Innovative assessment allows kids to demonstrate what they have learned. Harder for teachers, but essential for kids to see the test perish into the twilight zone.
Getting rid of the test as used as a teacher assessment is essential but it’s a teacher issue. The kind of assessment I suggest as does the Collins amendment, takes kids away from the test to something that is real. There is a positive value to teachers and that is they can take back their profession. But why no chatter?
Specific enough?
Cap, I find myself stuck because I too don’t think this sick reliance on tests is good for our students/community. But, I think this notion that teachers by themselves are the end all to determining the progress and achievement of learners is absolutely preposterous. I have yet to read, other than your posts, about the role and value of outputs. They go hand in hand with inputs. Very few people take a road trip without an end in mind. Very few people say we don’t need a destination because we know how to drive. Very few people say, we’ll just drive and when we get there, we’ll just know … because we know best as the driver. The reason why there is no chatter about alternative forms of assessing that honors the whole child as you advocate is because they don’t want any form of accountability. NONE! They are pro employment which isn’t entirely bad until it comes up against being pro child. Don’t get me wrong. Charters don’t have it right either which is whynI’m writing a book titled #biggerfish2fry: what charters have right …and what they have wrong! No-one is talking about what really is important in this pro reform/anti reform movement. It’s about HOW we teach not about WHO should teach. Because, they don’t wanna go there and talk about WHO should be teaching in an increasingly diverse student body. That’s another discussion/book! 🙂
I would love more information about this whole child assessment or Collins amendment (?). Do you have a link? Thank you.

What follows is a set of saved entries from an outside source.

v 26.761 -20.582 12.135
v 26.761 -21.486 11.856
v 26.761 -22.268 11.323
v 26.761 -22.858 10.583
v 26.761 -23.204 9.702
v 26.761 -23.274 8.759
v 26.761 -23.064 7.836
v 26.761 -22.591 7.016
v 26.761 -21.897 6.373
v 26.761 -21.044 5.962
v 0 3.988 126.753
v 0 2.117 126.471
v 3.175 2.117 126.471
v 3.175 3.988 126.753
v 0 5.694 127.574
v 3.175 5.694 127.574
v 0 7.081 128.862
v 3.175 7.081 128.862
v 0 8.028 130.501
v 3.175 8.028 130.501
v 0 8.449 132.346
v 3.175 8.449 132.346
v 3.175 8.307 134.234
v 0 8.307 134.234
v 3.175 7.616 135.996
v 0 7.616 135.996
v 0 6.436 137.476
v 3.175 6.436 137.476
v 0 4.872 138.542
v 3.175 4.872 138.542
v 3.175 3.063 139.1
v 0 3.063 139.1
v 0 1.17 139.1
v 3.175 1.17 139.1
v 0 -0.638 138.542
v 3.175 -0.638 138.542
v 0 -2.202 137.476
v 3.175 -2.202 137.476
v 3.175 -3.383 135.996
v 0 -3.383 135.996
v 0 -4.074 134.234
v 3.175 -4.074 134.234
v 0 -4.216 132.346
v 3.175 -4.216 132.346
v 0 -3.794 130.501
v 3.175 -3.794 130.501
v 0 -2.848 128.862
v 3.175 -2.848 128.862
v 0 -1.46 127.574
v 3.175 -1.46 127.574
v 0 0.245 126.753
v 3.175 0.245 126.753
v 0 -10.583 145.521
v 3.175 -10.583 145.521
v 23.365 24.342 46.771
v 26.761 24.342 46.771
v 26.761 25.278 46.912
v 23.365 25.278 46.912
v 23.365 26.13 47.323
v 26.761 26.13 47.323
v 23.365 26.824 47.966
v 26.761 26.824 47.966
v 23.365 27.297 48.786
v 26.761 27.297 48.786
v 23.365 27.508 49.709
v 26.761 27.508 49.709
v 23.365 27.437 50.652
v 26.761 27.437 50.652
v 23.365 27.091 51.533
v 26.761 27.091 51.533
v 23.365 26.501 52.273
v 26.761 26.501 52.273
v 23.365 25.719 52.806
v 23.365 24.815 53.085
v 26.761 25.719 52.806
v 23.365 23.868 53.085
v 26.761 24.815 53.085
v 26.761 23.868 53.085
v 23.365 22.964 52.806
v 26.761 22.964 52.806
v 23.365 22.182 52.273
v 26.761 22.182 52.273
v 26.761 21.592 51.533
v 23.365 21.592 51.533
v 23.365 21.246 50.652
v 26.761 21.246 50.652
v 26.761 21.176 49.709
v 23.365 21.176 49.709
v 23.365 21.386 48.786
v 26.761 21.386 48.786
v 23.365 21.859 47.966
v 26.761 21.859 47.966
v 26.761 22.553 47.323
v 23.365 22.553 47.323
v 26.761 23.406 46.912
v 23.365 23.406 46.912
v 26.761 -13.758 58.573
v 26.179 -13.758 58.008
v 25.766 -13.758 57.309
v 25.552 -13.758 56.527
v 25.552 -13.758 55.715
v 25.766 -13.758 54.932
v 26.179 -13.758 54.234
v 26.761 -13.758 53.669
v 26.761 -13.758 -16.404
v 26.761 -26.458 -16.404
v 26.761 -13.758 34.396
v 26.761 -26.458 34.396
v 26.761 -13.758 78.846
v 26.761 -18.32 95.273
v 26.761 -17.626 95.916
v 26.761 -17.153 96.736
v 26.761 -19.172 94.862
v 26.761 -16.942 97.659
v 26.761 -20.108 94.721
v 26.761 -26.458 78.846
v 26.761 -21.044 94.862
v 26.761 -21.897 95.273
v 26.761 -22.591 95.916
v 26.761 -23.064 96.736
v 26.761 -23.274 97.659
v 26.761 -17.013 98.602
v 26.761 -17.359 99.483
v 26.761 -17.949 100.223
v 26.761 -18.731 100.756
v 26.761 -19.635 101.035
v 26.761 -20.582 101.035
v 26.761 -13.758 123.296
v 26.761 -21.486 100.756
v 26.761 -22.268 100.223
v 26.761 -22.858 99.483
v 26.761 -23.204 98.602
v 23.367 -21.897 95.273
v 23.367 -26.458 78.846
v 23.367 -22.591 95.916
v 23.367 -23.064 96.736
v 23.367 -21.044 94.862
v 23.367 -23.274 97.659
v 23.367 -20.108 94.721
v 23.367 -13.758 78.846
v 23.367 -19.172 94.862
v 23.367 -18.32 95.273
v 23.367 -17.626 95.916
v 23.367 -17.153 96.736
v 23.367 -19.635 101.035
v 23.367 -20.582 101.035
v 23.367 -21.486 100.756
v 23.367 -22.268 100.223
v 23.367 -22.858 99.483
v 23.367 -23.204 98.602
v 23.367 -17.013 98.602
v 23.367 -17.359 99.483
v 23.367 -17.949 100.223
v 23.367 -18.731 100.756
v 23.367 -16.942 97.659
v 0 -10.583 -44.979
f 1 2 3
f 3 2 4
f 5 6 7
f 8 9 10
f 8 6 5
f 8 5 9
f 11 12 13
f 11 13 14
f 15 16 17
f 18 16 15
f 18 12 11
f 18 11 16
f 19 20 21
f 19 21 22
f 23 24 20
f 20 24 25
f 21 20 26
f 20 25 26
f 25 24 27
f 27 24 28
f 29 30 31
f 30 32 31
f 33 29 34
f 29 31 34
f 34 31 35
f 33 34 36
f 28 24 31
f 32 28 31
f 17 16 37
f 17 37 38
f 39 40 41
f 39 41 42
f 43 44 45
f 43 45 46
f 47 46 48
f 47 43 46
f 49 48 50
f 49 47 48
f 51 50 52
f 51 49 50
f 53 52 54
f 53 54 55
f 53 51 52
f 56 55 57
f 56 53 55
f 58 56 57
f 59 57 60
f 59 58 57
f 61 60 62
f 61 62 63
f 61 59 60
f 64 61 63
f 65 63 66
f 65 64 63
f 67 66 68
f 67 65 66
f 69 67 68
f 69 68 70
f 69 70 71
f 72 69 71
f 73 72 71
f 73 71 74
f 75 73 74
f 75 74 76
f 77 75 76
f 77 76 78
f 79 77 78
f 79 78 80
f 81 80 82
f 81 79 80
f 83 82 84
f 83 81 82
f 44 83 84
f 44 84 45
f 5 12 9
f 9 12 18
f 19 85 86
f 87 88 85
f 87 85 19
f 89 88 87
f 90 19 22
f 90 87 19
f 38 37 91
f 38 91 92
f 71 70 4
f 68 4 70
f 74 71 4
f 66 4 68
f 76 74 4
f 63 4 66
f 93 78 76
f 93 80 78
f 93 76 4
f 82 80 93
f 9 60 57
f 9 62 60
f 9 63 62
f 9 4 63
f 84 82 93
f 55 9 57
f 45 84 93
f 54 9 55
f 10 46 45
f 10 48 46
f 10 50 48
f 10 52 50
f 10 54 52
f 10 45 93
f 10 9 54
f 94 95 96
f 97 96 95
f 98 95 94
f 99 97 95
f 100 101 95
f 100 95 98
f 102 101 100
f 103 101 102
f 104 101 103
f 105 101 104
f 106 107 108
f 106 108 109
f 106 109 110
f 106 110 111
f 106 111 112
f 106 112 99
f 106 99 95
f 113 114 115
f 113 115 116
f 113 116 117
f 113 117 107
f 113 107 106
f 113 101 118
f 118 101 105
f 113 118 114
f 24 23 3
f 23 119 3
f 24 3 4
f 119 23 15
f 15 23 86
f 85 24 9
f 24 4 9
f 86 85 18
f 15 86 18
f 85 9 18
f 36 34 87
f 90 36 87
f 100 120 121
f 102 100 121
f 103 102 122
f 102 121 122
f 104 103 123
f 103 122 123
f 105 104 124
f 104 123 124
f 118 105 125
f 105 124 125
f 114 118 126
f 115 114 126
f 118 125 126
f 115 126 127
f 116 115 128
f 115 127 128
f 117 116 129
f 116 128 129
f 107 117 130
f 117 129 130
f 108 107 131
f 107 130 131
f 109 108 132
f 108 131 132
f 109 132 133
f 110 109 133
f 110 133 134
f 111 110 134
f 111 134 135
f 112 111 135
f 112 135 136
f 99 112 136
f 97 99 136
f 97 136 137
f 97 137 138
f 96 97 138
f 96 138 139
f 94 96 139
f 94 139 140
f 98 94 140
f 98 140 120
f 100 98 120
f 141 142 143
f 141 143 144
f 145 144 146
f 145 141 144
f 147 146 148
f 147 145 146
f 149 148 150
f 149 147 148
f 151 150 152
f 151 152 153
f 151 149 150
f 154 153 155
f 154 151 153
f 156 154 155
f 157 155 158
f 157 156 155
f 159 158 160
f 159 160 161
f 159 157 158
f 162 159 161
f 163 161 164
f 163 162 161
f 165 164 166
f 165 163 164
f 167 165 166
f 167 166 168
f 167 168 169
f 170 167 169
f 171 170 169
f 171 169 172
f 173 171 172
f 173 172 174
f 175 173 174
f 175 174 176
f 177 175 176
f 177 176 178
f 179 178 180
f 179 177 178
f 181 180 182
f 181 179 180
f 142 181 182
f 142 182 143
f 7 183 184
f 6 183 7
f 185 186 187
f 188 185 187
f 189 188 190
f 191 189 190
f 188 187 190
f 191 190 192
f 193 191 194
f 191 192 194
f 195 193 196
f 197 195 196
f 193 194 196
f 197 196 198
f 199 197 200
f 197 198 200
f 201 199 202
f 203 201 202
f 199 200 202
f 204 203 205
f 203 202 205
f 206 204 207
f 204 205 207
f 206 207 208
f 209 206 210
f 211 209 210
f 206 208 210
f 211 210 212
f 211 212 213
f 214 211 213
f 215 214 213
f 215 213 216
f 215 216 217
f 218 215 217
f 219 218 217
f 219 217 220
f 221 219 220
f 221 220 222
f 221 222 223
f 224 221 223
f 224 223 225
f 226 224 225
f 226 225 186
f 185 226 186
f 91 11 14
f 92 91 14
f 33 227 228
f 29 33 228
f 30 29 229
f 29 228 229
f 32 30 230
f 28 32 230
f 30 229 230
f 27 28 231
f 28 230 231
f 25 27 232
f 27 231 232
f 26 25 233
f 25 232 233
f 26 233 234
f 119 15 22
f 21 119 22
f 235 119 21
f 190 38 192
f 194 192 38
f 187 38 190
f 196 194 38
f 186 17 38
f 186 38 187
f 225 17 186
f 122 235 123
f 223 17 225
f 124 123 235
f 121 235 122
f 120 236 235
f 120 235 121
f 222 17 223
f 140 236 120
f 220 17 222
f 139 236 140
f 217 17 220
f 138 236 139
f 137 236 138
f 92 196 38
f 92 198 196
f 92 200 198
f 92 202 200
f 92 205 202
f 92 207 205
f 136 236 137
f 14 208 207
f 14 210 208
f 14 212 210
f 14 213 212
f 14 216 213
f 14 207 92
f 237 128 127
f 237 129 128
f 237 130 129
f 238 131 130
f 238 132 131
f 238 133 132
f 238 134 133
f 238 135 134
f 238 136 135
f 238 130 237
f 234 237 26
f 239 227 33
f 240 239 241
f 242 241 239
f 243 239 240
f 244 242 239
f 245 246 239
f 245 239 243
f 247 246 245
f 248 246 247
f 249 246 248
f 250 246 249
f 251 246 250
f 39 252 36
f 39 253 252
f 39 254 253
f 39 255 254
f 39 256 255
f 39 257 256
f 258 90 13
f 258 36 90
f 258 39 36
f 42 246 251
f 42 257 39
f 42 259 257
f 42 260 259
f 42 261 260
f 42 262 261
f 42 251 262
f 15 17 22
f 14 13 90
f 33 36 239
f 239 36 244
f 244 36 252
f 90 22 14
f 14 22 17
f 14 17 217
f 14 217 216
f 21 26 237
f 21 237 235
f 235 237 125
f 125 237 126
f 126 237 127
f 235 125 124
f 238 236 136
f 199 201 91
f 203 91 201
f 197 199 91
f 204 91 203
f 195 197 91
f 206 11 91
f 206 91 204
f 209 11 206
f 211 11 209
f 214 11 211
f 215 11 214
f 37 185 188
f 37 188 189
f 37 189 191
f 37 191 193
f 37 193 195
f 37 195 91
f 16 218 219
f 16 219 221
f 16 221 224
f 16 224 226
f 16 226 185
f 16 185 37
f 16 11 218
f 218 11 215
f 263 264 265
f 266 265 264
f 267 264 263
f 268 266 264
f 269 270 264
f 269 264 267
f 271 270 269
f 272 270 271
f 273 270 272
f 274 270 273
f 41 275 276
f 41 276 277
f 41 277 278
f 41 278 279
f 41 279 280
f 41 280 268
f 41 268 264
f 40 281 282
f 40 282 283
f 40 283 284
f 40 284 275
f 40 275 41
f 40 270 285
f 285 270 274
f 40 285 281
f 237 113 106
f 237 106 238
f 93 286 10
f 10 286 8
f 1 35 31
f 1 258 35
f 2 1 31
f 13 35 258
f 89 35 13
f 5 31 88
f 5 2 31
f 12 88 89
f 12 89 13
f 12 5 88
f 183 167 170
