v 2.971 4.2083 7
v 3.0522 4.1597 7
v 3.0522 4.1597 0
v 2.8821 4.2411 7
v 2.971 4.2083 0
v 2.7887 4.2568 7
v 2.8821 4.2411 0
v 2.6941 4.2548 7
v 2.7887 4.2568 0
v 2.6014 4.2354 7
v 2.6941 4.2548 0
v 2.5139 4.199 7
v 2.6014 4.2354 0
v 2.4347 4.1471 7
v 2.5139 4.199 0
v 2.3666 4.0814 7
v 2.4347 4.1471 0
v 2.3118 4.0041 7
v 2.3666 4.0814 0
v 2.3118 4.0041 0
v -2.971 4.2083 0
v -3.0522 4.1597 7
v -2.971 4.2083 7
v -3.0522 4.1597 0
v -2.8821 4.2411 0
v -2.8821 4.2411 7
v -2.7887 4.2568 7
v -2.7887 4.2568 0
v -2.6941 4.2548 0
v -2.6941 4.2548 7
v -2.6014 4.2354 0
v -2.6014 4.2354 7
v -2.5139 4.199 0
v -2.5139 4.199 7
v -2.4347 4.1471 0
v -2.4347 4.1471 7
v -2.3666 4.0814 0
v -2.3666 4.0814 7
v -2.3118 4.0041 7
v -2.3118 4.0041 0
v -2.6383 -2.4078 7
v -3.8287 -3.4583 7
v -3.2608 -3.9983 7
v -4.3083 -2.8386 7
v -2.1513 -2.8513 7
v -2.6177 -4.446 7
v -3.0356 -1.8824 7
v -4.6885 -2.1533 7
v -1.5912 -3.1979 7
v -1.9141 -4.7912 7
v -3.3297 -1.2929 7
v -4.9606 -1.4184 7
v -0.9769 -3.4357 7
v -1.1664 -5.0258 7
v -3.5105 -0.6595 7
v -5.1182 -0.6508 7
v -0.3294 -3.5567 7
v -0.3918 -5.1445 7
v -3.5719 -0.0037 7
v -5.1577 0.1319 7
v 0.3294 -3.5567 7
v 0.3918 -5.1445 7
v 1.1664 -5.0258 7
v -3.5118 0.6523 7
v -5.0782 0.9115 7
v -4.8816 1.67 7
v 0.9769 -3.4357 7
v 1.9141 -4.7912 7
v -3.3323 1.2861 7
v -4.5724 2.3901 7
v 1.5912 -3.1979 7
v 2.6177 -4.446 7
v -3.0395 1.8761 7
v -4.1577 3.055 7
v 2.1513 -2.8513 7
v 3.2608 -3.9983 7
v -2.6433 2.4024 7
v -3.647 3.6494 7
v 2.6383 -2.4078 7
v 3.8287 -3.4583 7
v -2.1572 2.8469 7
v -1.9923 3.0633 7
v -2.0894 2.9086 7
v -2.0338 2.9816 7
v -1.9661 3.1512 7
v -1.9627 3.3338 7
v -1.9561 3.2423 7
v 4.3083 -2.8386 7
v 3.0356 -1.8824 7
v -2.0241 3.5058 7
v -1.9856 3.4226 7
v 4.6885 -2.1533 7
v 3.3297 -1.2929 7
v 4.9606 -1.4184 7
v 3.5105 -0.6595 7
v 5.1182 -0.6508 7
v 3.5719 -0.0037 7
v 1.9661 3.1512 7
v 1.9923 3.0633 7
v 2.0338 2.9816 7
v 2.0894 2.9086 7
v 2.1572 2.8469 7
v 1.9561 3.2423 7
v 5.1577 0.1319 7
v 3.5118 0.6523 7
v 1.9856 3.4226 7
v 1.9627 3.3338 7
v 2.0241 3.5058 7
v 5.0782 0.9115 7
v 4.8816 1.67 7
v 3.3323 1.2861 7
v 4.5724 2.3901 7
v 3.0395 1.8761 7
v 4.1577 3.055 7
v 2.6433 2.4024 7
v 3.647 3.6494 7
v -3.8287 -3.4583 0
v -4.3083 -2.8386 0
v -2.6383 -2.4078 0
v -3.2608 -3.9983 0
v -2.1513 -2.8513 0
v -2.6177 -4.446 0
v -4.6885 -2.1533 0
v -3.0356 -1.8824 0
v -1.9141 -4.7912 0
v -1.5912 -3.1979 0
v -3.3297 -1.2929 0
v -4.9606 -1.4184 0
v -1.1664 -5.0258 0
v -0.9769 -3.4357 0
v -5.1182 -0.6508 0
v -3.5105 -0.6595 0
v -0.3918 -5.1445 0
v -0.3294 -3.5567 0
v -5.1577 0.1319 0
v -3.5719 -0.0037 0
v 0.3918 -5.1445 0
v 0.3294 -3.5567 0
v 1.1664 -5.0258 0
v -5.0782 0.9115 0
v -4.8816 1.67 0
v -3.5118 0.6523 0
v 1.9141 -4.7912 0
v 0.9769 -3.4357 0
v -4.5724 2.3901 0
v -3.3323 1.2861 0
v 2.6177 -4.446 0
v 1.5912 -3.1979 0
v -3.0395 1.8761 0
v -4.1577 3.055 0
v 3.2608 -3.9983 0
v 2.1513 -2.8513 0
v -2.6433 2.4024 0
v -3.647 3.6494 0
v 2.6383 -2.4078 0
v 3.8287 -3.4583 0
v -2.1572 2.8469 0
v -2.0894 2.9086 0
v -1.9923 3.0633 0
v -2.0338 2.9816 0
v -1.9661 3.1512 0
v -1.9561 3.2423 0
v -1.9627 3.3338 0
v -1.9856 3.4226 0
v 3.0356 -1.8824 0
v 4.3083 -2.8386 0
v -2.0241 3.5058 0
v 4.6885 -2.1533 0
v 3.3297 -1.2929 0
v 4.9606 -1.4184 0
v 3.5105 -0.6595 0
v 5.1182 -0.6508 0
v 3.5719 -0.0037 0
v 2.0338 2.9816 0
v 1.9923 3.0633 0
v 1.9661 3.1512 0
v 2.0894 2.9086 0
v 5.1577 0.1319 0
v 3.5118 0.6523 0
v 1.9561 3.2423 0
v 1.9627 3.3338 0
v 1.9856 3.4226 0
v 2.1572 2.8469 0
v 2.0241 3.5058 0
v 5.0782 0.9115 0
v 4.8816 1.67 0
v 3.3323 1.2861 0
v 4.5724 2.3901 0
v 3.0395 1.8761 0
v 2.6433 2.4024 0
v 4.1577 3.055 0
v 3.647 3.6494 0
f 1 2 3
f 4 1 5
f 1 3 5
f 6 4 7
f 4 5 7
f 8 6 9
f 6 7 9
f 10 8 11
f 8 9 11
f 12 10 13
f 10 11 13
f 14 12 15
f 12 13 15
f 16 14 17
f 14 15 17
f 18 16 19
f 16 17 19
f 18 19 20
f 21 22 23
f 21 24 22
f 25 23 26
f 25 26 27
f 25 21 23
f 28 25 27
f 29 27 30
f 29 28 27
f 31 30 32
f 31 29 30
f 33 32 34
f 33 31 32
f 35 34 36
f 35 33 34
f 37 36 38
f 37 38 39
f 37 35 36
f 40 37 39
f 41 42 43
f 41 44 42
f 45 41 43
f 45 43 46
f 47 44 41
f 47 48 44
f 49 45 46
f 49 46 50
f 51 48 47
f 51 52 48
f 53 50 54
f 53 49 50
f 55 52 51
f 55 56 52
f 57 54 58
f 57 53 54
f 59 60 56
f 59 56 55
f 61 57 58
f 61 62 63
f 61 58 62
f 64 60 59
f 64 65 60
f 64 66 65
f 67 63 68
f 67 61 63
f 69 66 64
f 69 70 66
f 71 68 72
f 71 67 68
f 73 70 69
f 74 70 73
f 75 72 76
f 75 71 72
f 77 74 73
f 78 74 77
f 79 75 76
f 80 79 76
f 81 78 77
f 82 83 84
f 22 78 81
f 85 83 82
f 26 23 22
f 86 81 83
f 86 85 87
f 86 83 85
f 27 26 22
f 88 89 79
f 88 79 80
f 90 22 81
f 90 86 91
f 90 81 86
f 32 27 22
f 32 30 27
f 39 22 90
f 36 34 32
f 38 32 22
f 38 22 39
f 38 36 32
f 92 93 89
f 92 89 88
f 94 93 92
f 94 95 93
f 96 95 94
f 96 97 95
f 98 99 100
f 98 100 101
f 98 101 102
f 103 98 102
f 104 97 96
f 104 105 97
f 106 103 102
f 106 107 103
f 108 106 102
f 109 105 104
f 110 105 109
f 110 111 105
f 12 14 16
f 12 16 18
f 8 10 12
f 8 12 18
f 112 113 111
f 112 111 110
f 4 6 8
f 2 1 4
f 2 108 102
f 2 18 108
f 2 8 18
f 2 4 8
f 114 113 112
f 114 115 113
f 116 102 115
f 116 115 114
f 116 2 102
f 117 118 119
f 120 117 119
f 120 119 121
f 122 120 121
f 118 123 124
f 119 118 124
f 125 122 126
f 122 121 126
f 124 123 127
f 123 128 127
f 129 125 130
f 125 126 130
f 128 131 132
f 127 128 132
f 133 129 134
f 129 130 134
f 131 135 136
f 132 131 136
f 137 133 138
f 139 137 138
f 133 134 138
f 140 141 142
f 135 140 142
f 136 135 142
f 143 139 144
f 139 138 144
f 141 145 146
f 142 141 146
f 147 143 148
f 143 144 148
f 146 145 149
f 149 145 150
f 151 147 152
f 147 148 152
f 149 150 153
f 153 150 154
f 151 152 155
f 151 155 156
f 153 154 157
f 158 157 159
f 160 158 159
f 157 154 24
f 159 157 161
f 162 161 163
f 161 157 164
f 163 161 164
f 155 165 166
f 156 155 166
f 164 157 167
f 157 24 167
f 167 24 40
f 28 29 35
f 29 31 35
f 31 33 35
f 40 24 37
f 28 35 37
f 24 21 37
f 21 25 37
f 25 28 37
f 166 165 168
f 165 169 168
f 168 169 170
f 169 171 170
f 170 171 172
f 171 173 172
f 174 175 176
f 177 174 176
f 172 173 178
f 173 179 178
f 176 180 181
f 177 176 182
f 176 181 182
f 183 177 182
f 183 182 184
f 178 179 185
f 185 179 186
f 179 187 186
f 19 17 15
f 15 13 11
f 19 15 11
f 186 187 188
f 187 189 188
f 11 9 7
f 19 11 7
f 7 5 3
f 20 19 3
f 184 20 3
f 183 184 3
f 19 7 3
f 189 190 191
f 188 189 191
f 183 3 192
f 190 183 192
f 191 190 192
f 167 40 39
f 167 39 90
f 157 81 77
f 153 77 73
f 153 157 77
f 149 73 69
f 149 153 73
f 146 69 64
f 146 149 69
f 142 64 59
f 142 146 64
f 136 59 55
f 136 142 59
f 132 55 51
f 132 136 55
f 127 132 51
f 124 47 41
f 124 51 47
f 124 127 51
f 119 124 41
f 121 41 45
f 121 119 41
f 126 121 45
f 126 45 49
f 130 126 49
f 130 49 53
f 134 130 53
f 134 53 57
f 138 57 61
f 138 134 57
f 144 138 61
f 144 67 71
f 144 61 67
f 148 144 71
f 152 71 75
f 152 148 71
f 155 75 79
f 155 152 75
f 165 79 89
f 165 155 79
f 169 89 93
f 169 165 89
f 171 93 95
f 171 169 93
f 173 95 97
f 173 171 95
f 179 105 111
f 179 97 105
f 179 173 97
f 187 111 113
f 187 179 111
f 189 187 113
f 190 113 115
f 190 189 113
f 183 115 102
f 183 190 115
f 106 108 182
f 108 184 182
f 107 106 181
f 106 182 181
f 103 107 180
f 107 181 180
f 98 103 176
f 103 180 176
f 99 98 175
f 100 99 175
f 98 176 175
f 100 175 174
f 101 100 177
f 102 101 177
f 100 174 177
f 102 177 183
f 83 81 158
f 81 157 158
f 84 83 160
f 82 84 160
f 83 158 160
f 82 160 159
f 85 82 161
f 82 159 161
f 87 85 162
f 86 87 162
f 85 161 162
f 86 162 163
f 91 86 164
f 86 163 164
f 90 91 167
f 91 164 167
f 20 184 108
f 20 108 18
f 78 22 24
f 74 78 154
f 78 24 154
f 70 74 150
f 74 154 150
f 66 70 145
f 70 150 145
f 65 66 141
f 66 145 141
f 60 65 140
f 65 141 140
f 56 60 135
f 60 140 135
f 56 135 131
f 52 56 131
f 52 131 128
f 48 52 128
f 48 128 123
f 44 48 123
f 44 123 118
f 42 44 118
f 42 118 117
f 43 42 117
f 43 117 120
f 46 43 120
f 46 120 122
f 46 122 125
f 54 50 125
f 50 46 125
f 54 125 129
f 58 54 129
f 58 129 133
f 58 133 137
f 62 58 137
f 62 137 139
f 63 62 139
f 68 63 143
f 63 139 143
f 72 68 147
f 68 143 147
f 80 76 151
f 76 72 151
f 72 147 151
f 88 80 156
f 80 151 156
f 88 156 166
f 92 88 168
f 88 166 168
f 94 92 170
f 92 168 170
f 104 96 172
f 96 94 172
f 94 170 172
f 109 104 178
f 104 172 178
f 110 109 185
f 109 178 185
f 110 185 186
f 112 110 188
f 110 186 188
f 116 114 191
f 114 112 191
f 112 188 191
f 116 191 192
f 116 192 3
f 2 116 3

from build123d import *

# Parameters (mm, degrees)
F0_R     = 5.159375
F0_R_2   = 3.571875
F1_DEPTH = 7
F3_DEPTH = 7.001
F4_R     = 0.508


with BuildPart() as f1:
    # F0 (on Top) → F1 (new body)
    with BuildSketch(Plane.XY):
        Circle(F0_R)
        Circle(F0_R_2, mode=Mode.SUBTRACT)
    extrude(amount=F1_DEPTH)

    # F2 (on Top) → F3 (cut, through all)
    with BuildSketch(Plane.XY):
        Polygon((-2.978767, 5.159375), (0, 0), (2.978767, 5.159375), align=None)
    extrude(amount=F3_DEPTH, mode=Mode.SUBTRACT)

    # F4
    f4_edges = [f1.edges().sort_by_distance(p)[0] for p in [
        (1.785938, 3.093334, 3.5),
        (-1.785937, 3.093334, 3.5),
        (-2.579687, 4.46815, 3.5),
        (2.579688, 4.46815, 3.5),
    ]]
    fillet(f4_edges, radius=F4_R)


solid = f1.part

Hey Noelle, If you go to my website and scroll down a bit, I have the fundamentals of the Collins amendment posted. http://www.wholechildreform.com
Also check the link to my blog and pick and choose to get an idea. Having said that, as far as innovative assessment goes, let your mind wander as far as it will go, and then go a little further and make whole child assessment your own demonstration of learning.
Thanks for your interest in a better way to educate children
Opt out is the people’s movement!!!!!! We will bring the test and punish system to its knees! http://www.pegwithpen.com/2015/05/opt-out-is-peoples-movement_9.html
Movement of jah people!
Just wait until next year…the reformers have only had a taste of the “opt-out” movement.
Look for them to try to get as much pushed through for the immediate future as they race to the bank to steal taxpayer dollars meant to public schools.
Their movement is either dead or dying.
As parents and educators of public school children…of all children for that matter…it’s time to kick it up another notch…send the political bastards who have sold out our children and try to suffocate our public ducation system either packing, or even better, to prison.
Then let’s expose the billionaires for their bribing of our government officials. And punish them so severely that they are sent to prison, and are forced to pay portions of their fortunes to state and local governments so that we can truly deal with the economic issues facing our families…
…and then it’s off to prison for the Gates, Broad, Bloomberg, and Walton.
Remember…they are the ones who declared war against our public schools an our children!
We all have to be ready for when scores are released. We need to be ready to control the narrative.
I hope you’re right. I personally think that they can shut down “opt out” whenever they want. if it really starts to damage the privatization movement, they will pull the plug. They can say that kids can’t be promoted to the next grade without a certain score. They can refuse to give kids high school degrees. They could privatize all the schools tomorrow if they really want to. They could throw parents who refuse the tests in jail or expel kids who refuse. They can do whatever they please, and there is nothing we can do to stop it. For some reason, they are keeping the gloves on and keeping the illusion of Democracy alive. Wait and see! I don’t know why they are pretending. It is strange. They still want to get most people to agree with them when they really don’t need it.
Steve,
I take your point but disagree. When there is truly a mass movement, the authorities are powerless. They can’t hold back kids in the suburbs–though they won’t hesitate to do so to black kids in the cities. Repressive measures build the movement.
Steve, I also believe they will start to mess with the federal and state tax codes and get them involved much the same way the ACA has with penalties to families who do not purchase health insurance.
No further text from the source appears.